On Aug 21, 2006, at 3:21 PM, Sue T wrote:

> Hi Rich,

>

> A couple docs have suggested I get a " Sleep Study " performed.

> Do you think there is a link due to low Gluthathione? How about a

> relationship to Neuroinflamation.

Sleep studies are reputable and important for PWCs.

Even back in 1997, when I began looking for cures, Teitelbaum was

sending people out for sleep studies as one of their very first steps.

The doctor who did my study -- one of the world's leading experts in

apnea -- said he believed that it was a significant factor in over

60% of all FM cases.

Getting my sleep fixed with CPAP (I loved your CRAP acronym -- am

gonna remember that ) was perhaps the first big breakthrough I had

with my CFS, and still one of the most important ones.

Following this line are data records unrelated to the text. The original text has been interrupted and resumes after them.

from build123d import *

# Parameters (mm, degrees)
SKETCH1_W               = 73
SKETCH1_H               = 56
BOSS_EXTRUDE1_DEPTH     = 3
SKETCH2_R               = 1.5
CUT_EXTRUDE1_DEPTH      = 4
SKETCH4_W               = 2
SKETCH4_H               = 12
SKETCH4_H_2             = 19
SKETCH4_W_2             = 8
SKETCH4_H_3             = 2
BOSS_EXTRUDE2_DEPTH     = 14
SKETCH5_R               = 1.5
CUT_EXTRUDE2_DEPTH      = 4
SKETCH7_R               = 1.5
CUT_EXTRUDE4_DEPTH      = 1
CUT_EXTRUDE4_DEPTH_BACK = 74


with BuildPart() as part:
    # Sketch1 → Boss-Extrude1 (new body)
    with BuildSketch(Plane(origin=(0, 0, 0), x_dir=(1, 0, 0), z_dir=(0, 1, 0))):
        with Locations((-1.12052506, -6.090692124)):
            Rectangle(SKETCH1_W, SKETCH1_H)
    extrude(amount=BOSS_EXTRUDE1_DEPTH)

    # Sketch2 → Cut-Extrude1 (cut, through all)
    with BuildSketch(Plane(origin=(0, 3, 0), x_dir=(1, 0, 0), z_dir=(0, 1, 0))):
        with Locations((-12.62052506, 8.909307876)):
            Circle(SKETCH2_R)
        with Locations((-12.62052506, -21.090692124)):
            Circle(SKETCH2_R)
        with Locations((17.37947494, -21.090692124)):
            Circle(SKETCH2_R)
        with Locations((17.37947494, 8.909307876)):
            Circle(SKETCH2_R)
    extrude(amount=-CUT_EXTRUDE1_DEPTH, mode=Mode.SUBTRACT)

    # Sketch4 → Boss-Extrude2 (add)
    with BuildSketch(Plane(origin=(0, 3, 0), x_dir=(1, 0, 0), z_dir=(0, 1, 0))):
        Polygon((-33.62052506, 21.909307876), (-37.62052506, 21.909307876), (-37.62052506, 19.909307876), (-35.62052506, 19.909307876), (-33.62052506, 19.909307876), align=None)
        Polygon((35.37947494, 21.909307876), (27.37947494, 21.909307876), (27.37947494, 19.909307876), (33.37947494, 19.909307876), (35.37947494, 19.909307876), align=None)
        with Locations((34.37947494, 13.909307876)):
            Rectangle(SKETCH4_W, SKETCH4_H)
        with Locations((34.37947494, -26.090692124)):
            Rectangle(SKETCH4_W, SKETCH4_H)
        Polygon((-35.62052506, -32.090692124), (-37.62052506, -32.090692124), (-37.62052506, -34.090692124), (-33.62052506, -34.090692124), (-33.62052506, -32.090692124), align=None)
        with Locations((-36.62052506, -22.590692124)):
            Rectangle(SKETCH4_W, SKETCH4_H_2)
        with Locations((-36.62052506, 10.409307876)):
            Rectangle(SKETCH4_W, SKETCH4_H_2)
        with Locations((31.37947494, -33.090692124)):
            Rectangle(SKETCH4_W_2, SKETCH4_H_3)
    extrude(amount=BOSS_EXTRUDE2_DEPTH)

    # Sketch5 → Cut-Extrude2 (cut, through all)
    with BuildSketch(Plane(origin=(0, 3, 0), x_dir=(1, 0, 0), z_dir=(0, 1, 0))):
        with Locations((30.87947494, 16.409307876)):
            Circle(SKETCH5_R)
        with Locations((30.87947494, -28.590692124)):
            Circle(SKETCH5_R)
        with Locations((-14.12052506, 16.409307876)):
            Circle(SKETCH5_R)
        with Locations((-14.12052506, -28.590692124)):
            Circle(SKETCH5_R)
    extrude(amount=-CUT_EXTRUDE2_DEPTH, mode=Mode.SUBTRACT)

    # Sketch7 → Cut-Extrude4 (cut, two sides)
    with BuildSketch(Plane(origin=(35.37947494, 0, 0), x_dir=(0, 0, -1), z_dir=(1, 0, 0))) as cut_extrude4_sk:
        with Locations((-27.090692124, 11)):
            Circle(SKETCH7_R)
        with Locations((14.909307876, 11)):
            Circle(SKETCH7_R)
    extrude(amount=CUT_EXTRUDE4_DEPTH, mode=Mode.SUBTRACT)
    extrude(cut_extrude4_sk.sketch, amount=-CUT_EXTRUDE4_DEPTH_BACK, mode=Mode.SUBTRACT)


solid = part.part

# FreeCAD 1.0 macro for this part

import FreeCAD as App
import Part
import Sketcher
from FreeCAD import Vector


def add_polygon(sketch, points):
    """Adds a closed chain of lines whose ends are joined by coincident constraints."""
    first, n = sketch.GeometryCount, len(points)
    for a, b in zip(points, points[1:] + points[:1]):
        sketch.addGeometry(Part.LineSegment(App.Vector(*a, 0), App.Vector(*b, 0)), False)
    for i in range(n):
        sketch.addConstraint(Sketcher.Constraint("Coincident", first + i, 2, first + (i + 1) % n, 1))

doc = App.newDocument("Part")
body = doc.addObject("PartDesign::Body", "Body")

# Sketch on XZ plane
sketch1 = body.newObject("Sketcher::SketchObject", "Sketch")
sketch1.AttachmentSupport = (doc.getObject("XZ_Plane"), [""])
sketch1.MapMode = "FlatFace"
add_polygon(sketch1, [(-38, -22), (-38, 34), (35, 34), (35, -22)])  # lines 0-3
sketch1.addConstraint(Sketcher.Constraint("Vertical", 0))
sketch1.addConstraint(Sketcher.Constraint("Horizontal", 1))
sketch1.addConstraint(Sketcher.Constraint("Vertical", 2))
sketch1.addConstraint(Sketcher.Constraint("Horizontal", 3))
sketch1.addConstraint(Sketcher.Constraint("DistanceX", 1, 1, 1, 2, 73.0))
sketch1.addConstraint(Sketcher.Constraint("DistanceY", 0, 1, 0, 2, 56.0))
sketch1.addConstraint(Sketcher.Constraint("DistanceX", 0, 2, -1, 1, 37.620525))
sketch1.addConstraint(Sketcher.Constraint("DistanceY", -1, 1, 0, 2, 34.090692))
pad1 = body.newObject("PartDesign::Pad", "Pad")
pad1.Profile = sketch1
pad1.Length = 3
pad1.Reversed = True

# Sketch on XZ plane
sketch2 = body.newObject("Sketcher::SketchObject", "Sketch001")
sketch2.AttachmentSupport = (doc.getObject("XZ_Plane"), [""])
sketch2.MapMode = "FlatFace"
sketch2.AttachmentOffset = App.Placement(Vector(0, 0, -3), App.Rotation())
sketch2.addGeometry(Part.Circle(Vector(-12.6, -8.9, 0), Vector(0, 0, 1), 1.5), False)
sketch2.addGeometry(Part.Circle(Vector(-12.6, 21.1, 0), Vector(0, 0, 1), 1.5), False)
sketch2.addGeometry(Part.Circle(Vector(17.4, 21.1, 0), Vector(0, 0, 1), 1.5), False)
sketch2.addGeometry(Part.Circle(Vector(17.4, -8.9, 0), Vector(0, 0, 1), 1.5), False)
sketch2.addConstraint(Sketcher.Constraint("Equal", 0, 1))
sketch2.addConstraint(Sketcher.Constraint("Equal", 1, 2))
sketch2.addConstraint(Sketcher.Constraint("Equal", 2, 3))
sketch2.addConstraint(Sketcher.Constraint("Horizontal", 1, 3, 2, 3))
sketch2.addConstraint(Sketcher.Constraint("Horizontal", 0, 3, 3, 3))
sketch2.addConstraint(Sketcher.Constraint("Vertical", 0, 3, 1, 3))
sketch2.addConstraint(Sketcher.Constraint("Vertical", 2, 3, 3, 3))
sketch2.addConstraint(Sketcher.Constraint("Diameter", 0, 3.0))
sketch2.addConstraint(Sketcher.Constraint("DistanceY", 0, 3, 1, 3, 30.0))
sketch2.addConstraint(Sketcher.Constraint("DistanceX", 1, 3, 2, 3, 30.0))
sketch2.addConstraint(Sketcher.Constraint("DistanceX", 0, 3, -1, 1, 12.620525))
sketch2.addConstraint(Sketcher.Constraint("DistanceY", 0, 3, -1, 1, 8.909308))
pocket1 = body.newObject("PartDesign::Pocket", "Pocket")
pocket1.Profile = sketch2
pocket1.Type = "ThroughAll"
pocket1.Reversed = True

# Sketch on XZ plane
sketch3 = body.newObject("Sketcher::SketchObject", "Sketch002")
sketch3.AttachmentSupport = (doc.getObject("XZ_Plane"), [""])
sketch3.MapMode = "FlatFace"
sketch3.AttachmentOffset = App.Placement(Vector(0, 0, -3), App.Rotation())
add_polygon(sketch3, [(-33.6, -21.9), (-37.6, -21.9), (-37.6, -0.9), (-35.6, -0.9), (-35.6, -19.9), (-33.6, -19.9)])  # lines 0-5
add_polygon(sketch3, [(35.4, -21.9), (27.4, -21.9), (27.4, -19.9), (33.4, -19.9), (33.4, -7.9), (35.4, -7.9)])  # lines 6-11
add_polygon(sketch3, [(33.4, 20.1), (33.4, 32.1), (27.4, 32.1), (27.4, 34.1), (35.4, 34.1), (35.4, 20.1)])  # lines 12-17
add_polygon(sketch3, [(-37.6, 34.1), (-33.6, 34.1), (-33.6, 32.1), (-35.6, 32.1), (-35.6, 13.1), (-37.6, 13.1)])  # lines 18-23
sketch3.addConstraint(Sketcher.Constraint("Horizontal", 0))
sketch3.addConstraint(Sketcher.Constraint("Vertical", 1))
sketch3.addConstraint(Sketcher.Constraint("Horizontal", 2))
sketch3.addConstraint(Sketcher.Constraint("Vertical", 3))
sketch3.addConstraint(Sketcher.Constraint("Horizontal", 4))
sketch3.addConstraint(Sketcher.Constraint("Vertical", 5))
sketch3.addConstraint(Sketcher.Constraint("Horizontal", 6))
sketch3.addConstraint(Sketcher.Constraint("Vertical", 7))
sketch3.addConstraint(Sketcher.Constraint("Horizontal", 8))
sketch3.addConstraint(Sketcher.Constraint("Vertical", 9))
sketch3.addConstraint(Sketcher.Constraint("Horizontal", 10))
sketch3.addConstraint(Sketcher.Constraint("Vertical", 11))
sketch3.addConstraint(Sketcher.Constraint("Vertical", 12))
sketch3.addConstraint(Sketcher.Constraint("Horizontal", 13))
sketch3.addConstraint(Sketcher.Constraint("Vertical", 14))
sketch3.addConstraint(Sketcher.Constraint("Horizontal", 15))
sketch3.addConstraint(Sketcher.Constraint("Vertical", 16))
sketch3.addConstraint(Sketcher.Constraint("Horizontal", 17))
sketch3.addConstraint(Sketcher.Constraint("Horizontal", 18))
sketch3.addConstraint(Sketcher.Constraint("Vertical", 19))
sketch3.addConstraint(Sketcher.Constraint("Horizontal", 20))
sketch3.addConstraint(Sketcher.Constraint("Vertical", 21))
sketch3.addConstraint(Sketcher.Constraint("Horizontal", 22))
sketch3.addConstraint(Sketcher.Constraint("Vertical", 23))
sketch3.addConstraint(Sketcher.Constraint("Horizontal", 5, 2, 6, 2))
sketch3.addConstraint(Sketcher.Constraint("Horizontal", 4, 2, 7, 2))
sketch3.addConstraint(Sketcher.Constraint("Horizontal", 15, 2, 18, 2))
sketch3.addConstraint(Sketcher.Constraint("Horizontal", 13, 2, 19, 2))
sketch3.addConstraint(Sketcher.Constraint("Vertical", 9, 2, 12, 2))
sketch3.addConstraint(Sketcher.Constraint("Vertical", 7, 2, 13, 2))
sketch3.addConstraint(Sketcher.Constraint("Vertical", 11, 2, 15, 2))
sketch3.addConstraint(Sketcher.Constraint("Vertical", 5, 2, 18, 2))
sketch3.addConstraint(Sketcher.Constraint("Vertical", 3, 2, 20, 2))
sketch3.addConstraint(Sketcher.Constraint("Vertical", 1, 2, 22, 2))
sketch3.addConstraint(Sketcher.Constraint("Equal", 2, 4))
sketch3.addConstraint(Sketcher.Constraint("Equal", 4, 10))
sketch3.addConstraint(Sketcher.Constraint("Equal", 22, 5))
sketch3.addConstraint(Sketcher.Constraint("Equal", 9, 12))
sketch3.addConstraint(Sketcher.Constraint("Equal", 7, 14))
sketch3.addConstraint(Sketcher.Constraint("Equal", 3, 21))
sketch3.addConstraint(Sketcher.Constraint("DistanceX", 0, 2, 0, 1, 4.0))
sketch3.addConstraint(Sketcher.Constraint("DistanceX", 6, 2, 6, 1, 8.0))
sketch3.addConstraint(Sketcher.Constraint("DistanceY", 1, 1, 1, 2, 21.0))
sketch3.addConstraint(Sketcher.Constraint("DistanceY", 9, 1, 9, 2, 12.0))
sketch3.addConstraint(Sketcher.Constraint("DistanceX", 5, 2, 6, 2, 61.0))
sketch3.addConstraint(Sketcher.Constraint("DistanceY", 9, 2, 12, 2, 40.0))
sketch3.addConstraint(Sketcher.Constraint("DistanceX", 0, 2, -1, 1, 37.620525))
sketch3.addConstraint(Sketcher.Constraint("DistanceY", 0, 2, -1, 1, 21.909308))
pad2 = body.newObject("PartDesign::Pad", "Pad001")
pad2.Profile = sketch3
pad2.Length = 14
pad2.Reversed = True

# Sketch on XZ plane
sketch4 = body.newObject("Sketcher::SketchObject", "Sketch003")
sketch4.AttachmentSupport = (doc.getObject("XZ_Plane"), [""])
sketch4.MapMode = "FlatFace"
sketch4.AttachmentOffset = App.Placement(Vector(0, 0, -3), App.Rotation())
sketch4.addGeometry(Part.Circle(Vector(30.9, -16.4, 0), Vector(0, 0, 1), 1.5), False)
sketch4.addGeometry(Part.Circle(Vector(30.9, 28.6, 0), Vector(0, 0, 1), 1.5), False)
sketch4.addGeometry(Part.Circle(Vector(-14.1, -16.4, 0), Vector(0, 0, 1), 1.5), False)
sketch4.addGeometry(Part.Circle(Vector(-14.1, 28.6, 0), Vector(0, 0, 1), 1.5), False)
sketch4.addConstraint(Sketcher.Constraint("Equal", 0, 1))
sketch4.addConstraint(Sketcher.Constraint("Equal", 1, 2))
sketch4.addConstraint(Sketcher.Constraint("Equal", 2, 3))
sketch4.addConstraint(Sketcher.Constraint("Horizontal", 0, 3, 2, 3))
sketch4.addConstraint(Sketcher.Constraint("Horizontal", 1, 3, 3, 3))
sketch4.addConstraint(Sketcher.Constraint("Vertical", 0, 3, 1, 3))
sketch4.addConstraint(Sketcher.Constraint("Vertical", 2, 3, 3, 3))
sketch4.addConstraint(Sketcher.Constraint("Diameter", 0, 3.0))
sketch4.addConstraint(Sketcher.Constraint("DistanceY", 0, 3, 1, 3, 45.0))
sketch4.addConstraint(Sketcher.Constraint("DistanceX", 2, 3, 0, 3, 45.0))
sketch4.addConstraint(Sketcher.Constraint("DistanceX", -1, 1, 0, 3, 30.879475))
sketch4.addConstraint(Sketcher.Constraint("DistanceY", 0, 3, -1, 1, 16.409308))
pocket2 = body.newObject("PartDesign::Pocket", "Pocket001")
pocket2.Profile = sketch4
pocket2.Type = "ThroughAll"
pocket2.Reversed = True

# Sketch on YZ plane
sketch5 = body.newObject("Sketcher::SketchObject", "Sketch004")
sketch5.AttachmentSupport = (doc.getObject("YZ_Plane"), [""])
sketch5.MapMode = "FlatFace"
sketch5.AttachmentOffset = App.Placement(Vector(0, 0, 35.379475), App.Rotation())
sketch5.addGeometry(Part.Circle(Vector(11, 27.1, 0), Vector(0, 0, 1), 1.5), False)
sketch5.addGeometry(Part.Circle(Vector(11, -14.9, 0), Vector(0, 0, 1), 1.5), False)
sketch5.addConstraint(Sketcher.Constraint("Equal", 0, 1))
sketch5.addConstraint(Sketcher.Constraint("Vertical", 0, 3, 1, 3))
sketch5.addConstraint(Sketcher.Constraint("Diameter", 0, 3.0))
sketch5.addConstraint(Sketcher.Constraint("DistanceX", -1, 1, 0, 3, 11.0))
sketch5.addConstraint(Sketcher.Constraint("DistanceY", 1, 3, 0, 3, 42.0))
sketch5.addConstraint(Sketcher.Constraint("DistanceY", -1, 1, 0, 3, 27.090692))
pocket3 = body.newObject("PartDesign::Pocket", "Pocket002")
pocket3.Profile = sketch5
pocket3.Type = "ThroughAll"
pocket3.Midplane = True

doc.recompute()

> If the brain is working correctly . . . then it will not tell the

> body to breath properly, etc. NOt to get personal, but have you

> ever got down to the bottom of why

> you have sleep apnea.

>

> Could CFS cause sleep apnea?

Yes. PWC have very messed up central nervous systems, and sleep

problems are one of the key symptoms of the disease. There are

several forms of apnea; most are treatable by knowledgeable sleep

doctors.

I don't know about glutathioine connections, but neuroinflammation in

general seems like it would play a role here.

Sara

[Guest guest]

I don't know about apnea per se, but concur, sleep disorder is at the top of

ME/CFIDS/CFS.

The number one most consistent problem is not getting the right level stage 4,

restful sleep. And the brain cannot wake up all the way either. Cannot go all

the way to sleep, cannot wake all the way up. (Ciguatera and Zombies is some

interesting reading)

Some of us are walking? around almost in theta lol.

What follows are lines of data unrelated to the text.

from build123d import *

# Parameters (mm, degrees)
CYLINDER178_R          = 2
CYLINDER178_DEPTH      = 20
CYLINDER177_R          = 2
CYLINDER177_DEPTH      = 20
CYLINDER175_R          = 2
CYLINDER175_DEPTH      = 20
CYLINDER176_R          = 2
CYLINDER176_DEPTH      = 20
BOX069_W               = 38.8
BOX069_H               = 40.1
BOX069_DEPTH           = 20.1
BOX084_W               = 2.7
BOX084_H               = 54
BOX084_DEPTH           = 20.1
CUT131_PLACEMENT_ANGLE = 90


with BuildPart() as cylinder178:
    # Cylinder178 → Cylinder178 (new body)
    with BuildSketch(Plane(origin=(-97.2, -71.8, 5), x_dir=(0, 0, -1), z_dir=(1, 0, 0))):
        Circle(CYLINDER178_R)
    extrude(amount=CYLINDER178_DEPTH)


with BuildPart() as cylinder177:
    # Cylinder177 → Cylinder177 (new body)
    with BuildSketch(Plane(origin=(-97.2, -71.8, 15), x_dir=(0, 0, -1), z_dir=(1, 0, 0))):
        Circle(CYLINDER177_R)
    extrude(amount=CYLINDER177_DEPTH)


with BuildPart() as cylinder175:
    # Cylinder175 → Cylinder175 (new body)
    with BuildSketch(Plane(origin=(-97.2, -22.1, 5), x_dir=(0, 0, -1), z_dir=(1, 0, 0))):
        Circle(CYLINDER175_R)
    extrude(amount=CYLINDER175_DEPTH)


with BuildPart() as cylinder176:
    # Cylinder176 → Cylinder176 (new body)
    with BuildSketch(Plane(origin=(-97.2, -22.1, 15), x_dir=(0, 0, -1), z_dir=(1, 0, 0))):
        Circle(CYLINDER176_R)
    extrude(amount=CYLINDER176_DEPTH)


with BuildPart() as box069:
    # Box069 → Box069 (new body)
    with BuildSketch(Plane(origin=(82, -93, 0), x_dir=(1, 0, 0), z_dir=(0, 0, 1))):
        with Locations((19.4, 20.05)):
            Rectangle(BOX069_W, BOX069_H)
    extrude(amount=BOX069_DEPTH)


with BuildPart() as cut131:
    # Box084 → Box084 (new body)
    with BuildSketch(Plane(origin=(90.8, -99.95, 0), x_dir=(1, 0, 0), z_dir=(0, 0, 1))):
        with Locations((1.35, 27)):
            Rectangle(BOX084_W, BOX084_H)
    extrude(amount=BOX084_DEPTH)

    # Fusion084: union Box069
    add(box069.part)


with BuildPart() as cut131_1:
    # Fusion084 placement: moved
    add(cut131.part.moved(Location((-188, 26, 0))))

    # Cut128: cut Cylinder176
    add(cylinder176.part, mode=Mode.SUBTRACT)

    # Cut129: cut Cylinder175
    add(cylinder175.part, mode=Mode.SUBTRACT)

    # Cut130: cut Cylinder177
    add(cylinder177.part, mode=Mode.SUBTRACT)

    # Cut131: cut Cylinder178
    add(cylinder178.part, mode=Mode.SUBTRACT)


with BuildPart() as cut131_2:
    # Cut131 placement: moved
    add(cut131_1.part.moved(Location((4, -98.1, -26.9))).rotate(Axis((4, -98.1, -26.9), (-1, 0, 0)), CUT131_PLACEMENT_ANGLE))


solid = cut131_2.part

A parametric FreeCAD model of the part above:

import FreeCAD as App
import Part
import Sketcher

doc = App.newDocument("Part")
body = doc.addObject("PartDesign::Body", "Body")

sketch1 = body.newObject("Sketcher::SketchObject", "Sketch")
sketch1.AttachmentSupport = (doc.getObject("YZ_Plane"), [""])
sketch1.MapMode = "FlatFace"
sketch1.AttachmentOffset = App.Placement(App.Vector(0, 0, -97.2), App.Rotation())
sketch1.addGeometry(Part.Circle(App.Vector(-71.8, 5, 0), App.Vector(0, 0, 1), 2), False)
sketch1.addConstraint([
    Sketcher.Constraint("Diameter", 0, 4.0),
    Sketcher.Constraint("DistanceY", -1, 1, 0, 3, 5.0),
    Sketcher.Constraint("DistanceX", 0, 3, -1, 1, 71.8),
])
pad1 = body.newObject("PartDesign::Pad", "Pad")
pad1.Profile = sketch1
pad1.Length = 20
body2 = doc.addObject("PartDesign::Body", "Body001")

sketch2 = body2.newObject("Sketcher::SketchObject", "Sketch001")
sketch2.AttachmentSupport = (doc.getObject("YZ_Plane001"), [""])
sketch2.MapMode = "FlatFace"
sketch2.AttachmentOffset = App.Placement(App.Vector(0, 0, -97.2), App.Rotation())
sketch2.addGeometry(Part.Circle(App.Vector(-71.8, 15, 0), App.Vector(0, 0, 1), 2), False)
sketch2.addConstraint([
    Sketcher.Constraint("Diameter", 0, 4.0),
    Sketcher.Constraint("DistanceY", -1, 1, 0, 3, 15.0),
    Sketcher.Constraint("DistanceX", 0, 3, -1, 1, 71.8),
])
pad2 = body2.newObject("PartDesign::Pad", "Pad001")
pad2.Profile = sketch2
pad2.Length = 20
body3 = doc.addObject("PartDesign::Body", "Body002")

sketch3 = body3.newObject("Sketcher::SketchObject", "Sketch002")
sketch3.AttachmentSupport = (doc.getObject("YZ_Plane002"), [""])
sketch3.MapMode = "FlatFace"
sketch3.AttachmentOffset = App.Placement(App.Vector(0, 0, -97.2), App.Rotation())
sketch3.addGeometry(Part.Circle(App.Vector(-22.1, 5, 0), App.Vector(0, 0, 1), 2), False)
sketch3.addConstraint([
    Sketcher.Constraint("Diameter", 0, 4.0),
    Sketcher.Constraint("DistanceY", -1, 1, 0, 3, 5.0),
    Sketcher.Constraint("DistanceX", 0, 3, -1, 1, 22.1),
])
pad3 = body3.newObject("PartDesign::Pad", "Pad002")
pad3.Profile = sketch3
pad3.Length = 20
body4 = doc.addObject("PartDesign::Body", "Body003")

sketch4 = body4.newObject("Sketcher::SketchObject", "Sketch003")
sketch4.AttachmentSupport = (doc.getObject("YZ_Plane003"), [""])
sketch4.MapMode = "FlatFace"
sketch4.AttachmentOffset = App.Placement(App.Vector(0, 0, -97.2), App.Rotation())
sketch4.addGeometry(Part.Circle(App.Vector(-22.1, 15, 0), App.Vector(0, 0, 1), 2), False)
sketch4.addConstraint([
    Sketcher.Constraint("Diameter", 0, 4.0),
    Sketcher.Constraint("DistanceY", -1, 1, 0, 3, 15.0),
    Sketcher.Constraint("DistanceX", 0, 3, -1, 1, 22.1),
])
pad4 = body4.newObject("PartDesign::Pad", "Pad003")
pad4.Profile = sketch4
pad4.Length = 20
body5 = doc.addObject("PartDesign::Body", "Body004")

sketch5 = body5.newObject("Sketcher::SketchObject", "Sketch004")
sketch5.AttachmentSupport = (doc.getObject("XY_Plane004"), [""])
sketch5.MapMode = "FlatFace"
sketch5.addGeometry([
    Part.LineSegment(App.Vector(82, -53, 0), App.Vector(82, -93, 0)),
    Part.LineSegment(App.Vector(82, -93, 0), App.Vector(121, -93, 0)),
    Part.LineSegment(App.Vector(121, -93, 0), App.Vector(121, -53, 0)),
    Part.LineSegment(App.Vector(121, -53, 0), App.Vector(82, -53, 0)),
], False)
sketch5.addConstraint([
    Sketcher.Constraint("Coincident", 0, 2, 1, 1),
    Sketcher.Constraint("Coincident", 1, 2, 2, 1),
    Sketcher.Constraint("Coincident", 2, 2, 3, 1),
    Sketcher.Constraint("Coincident", 3, 2, 0, 1),
    Sketcher.Constraint("Vertical", 0),
    Sketcher.Constraint("Horizontal", 1),
    Sketcher.Constraint("Vertical", 2),
    Sketcher.Constraint("Horizontal", 3),
    Sketcher.Constraint("DistanceX", 1, 1, 1, 2, 38.8),
    Sketcher.Constraint("DistanceY", 0, 2, 0, 1, 40.1),
    Sketcher.Constraint("DistanceX", -1, 1, 0, 2, 82.0),
    Sketcher.Constraint("DistanceY", 0, 2, -1, 1, 93.0),
])
pad5 = body5.newObject("PartDesign::Pad", "Pad004")
pad5.Profile = sketch5
pad5.Length = 20.1
body6 = doc.addObject("PartDesign::Body", "Body005")

sketch6 = body6.newObject("Sketcher::SketchObject", "Sketch005")
sketch6.AttachmentSupport = (doc.getObject("XY_Plane005"), [""])
sketch6.MapMode = "FlatFace"
sketch6.addGeometry([
    Part.LineSegment(App.Vector(90.8, -46, 0), App.Vector(90.8, -100, 0)),
    Part.LineSegment(App.Vector(90.8, -100, 0), App.Vector(93.5, -100, 0)),
    Part.LineSegment(App.Vector(93.5, -100, 0), App.Vector(93.5, -46, 0)),
    Part.LineSegment(App.Vector(93.5, -46, 0), App.Vector(90.8, -46, 0)),
], False)
sketch6.addConstraint([
    Sketcher.Constraint("Coincident", 0, 2, 1, 1),
    Sketcher.Constraint("Coincident", 1, 2, 2, 1),
    Sketcher.Constraint("Coincident", 2, 2, 3, 1),
    Sketcher.Constraint("Coincident", 3, 2, 0, 1),
    Sketcher.Constraint("Vertical", 0),
    Sketcher.Constraint("Horizontal", 1),
    Sketcher.Constraint("Vertical", 2),
    Sketcher.Constraint("Horizontal", 3),
    Sketcher.Constraint("DistanceY", 0, 2, 0, 1, 54.0),
    Sketcher.Constraint("DistanceX", 1, 1, 1, 2, 2.7),
    Sketcher.Constraint("DistanceX", -1, 1, 0, 2, 90.8),
    Sketcher.Constraint("DistanceY", 0, 2, -1, 1, 99.95),
])
pad6 = body6.newObject("PartDesign::Pad", "Pad005")
pad6.Profile = sketch6
pad6.Length = 20.1
doc.recompute()

boolean = body6.newObject("PartDesign::Boolean", "Boolean")
boolean.Type = "Fuse"
boolean.addObjects([body5])
body7 = doc.addObject("PartDesign::Body", "Body006")
doc.recompute()

body6.Placement = App.Placement(App.Vector(-188, 26, 0), App.Rotation(App.Vector(0, 0, 1), 0))
boolean2 = body7.newObject("PartDesign::Boolean", "Boolean001")
boolean2.Type = "Fuse"
boolean2.addObjects([body6])
doc.recompute()

boolean3 = body7.newObject("PartDesign::Boolean", "Boolean002")
boolean3.Type = "Cut"
boolean3.addObjects([body4])
doc.recompute()

boolean4 = body7.newObject("PartDesign::Boolean", "Boolean003")
boolean4.Type = "Cut"
boolean4.addObjects([body3])
doc.recompute()

boolean5 = body7.newObject("PartDesign::Boolean", "Boolean004")
boolean5.Type = "Cut"
boolean5.addObjects([body2])
doc.recompute()

boolean6 = body7.newObject("PartDesign::Boolean", "Boolean005")
boolean6.Type = "Cut"
boolean6.addObjects([body])
body8 = doc.addObject("PartDesign::Body", "Body007")
doc.recompute()

body7.Placement = App.Placement(App.Vector(4, -98.1, -26.9), App.Rotation(App.Vector(-1, 0, 0), 90))
boolean7 = body8.newObject("PartDesign::Boolean", "Boolean006")
boolean7.Type = "Fuse"
boolean7.addObjects([body7])

doc.recompute()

Another very common problem is reversed circadian cycle...awake at night/sleep

in day. lots of us.

But some, up in day + nap +early to bed.

Another is inability to stay asleep once asleep. I'm not having that now...I

recently slept 15 hrs straight...twice. No sleeping pills, or aids. WHen I

remember I take 1/2 Klonopin at bedtime. I am also on Trental, but it's not for

sleep.

I used to sleep 10 hours straight every single day.

Yet other times, now, I am up sometimes almost 2 days straight...but actually

up...not trying to sleep.

Or falling asleep at keyboard...typing in my sleep...dangerous as you have seen.

So very screwy, but not the nightmare of some to sleep.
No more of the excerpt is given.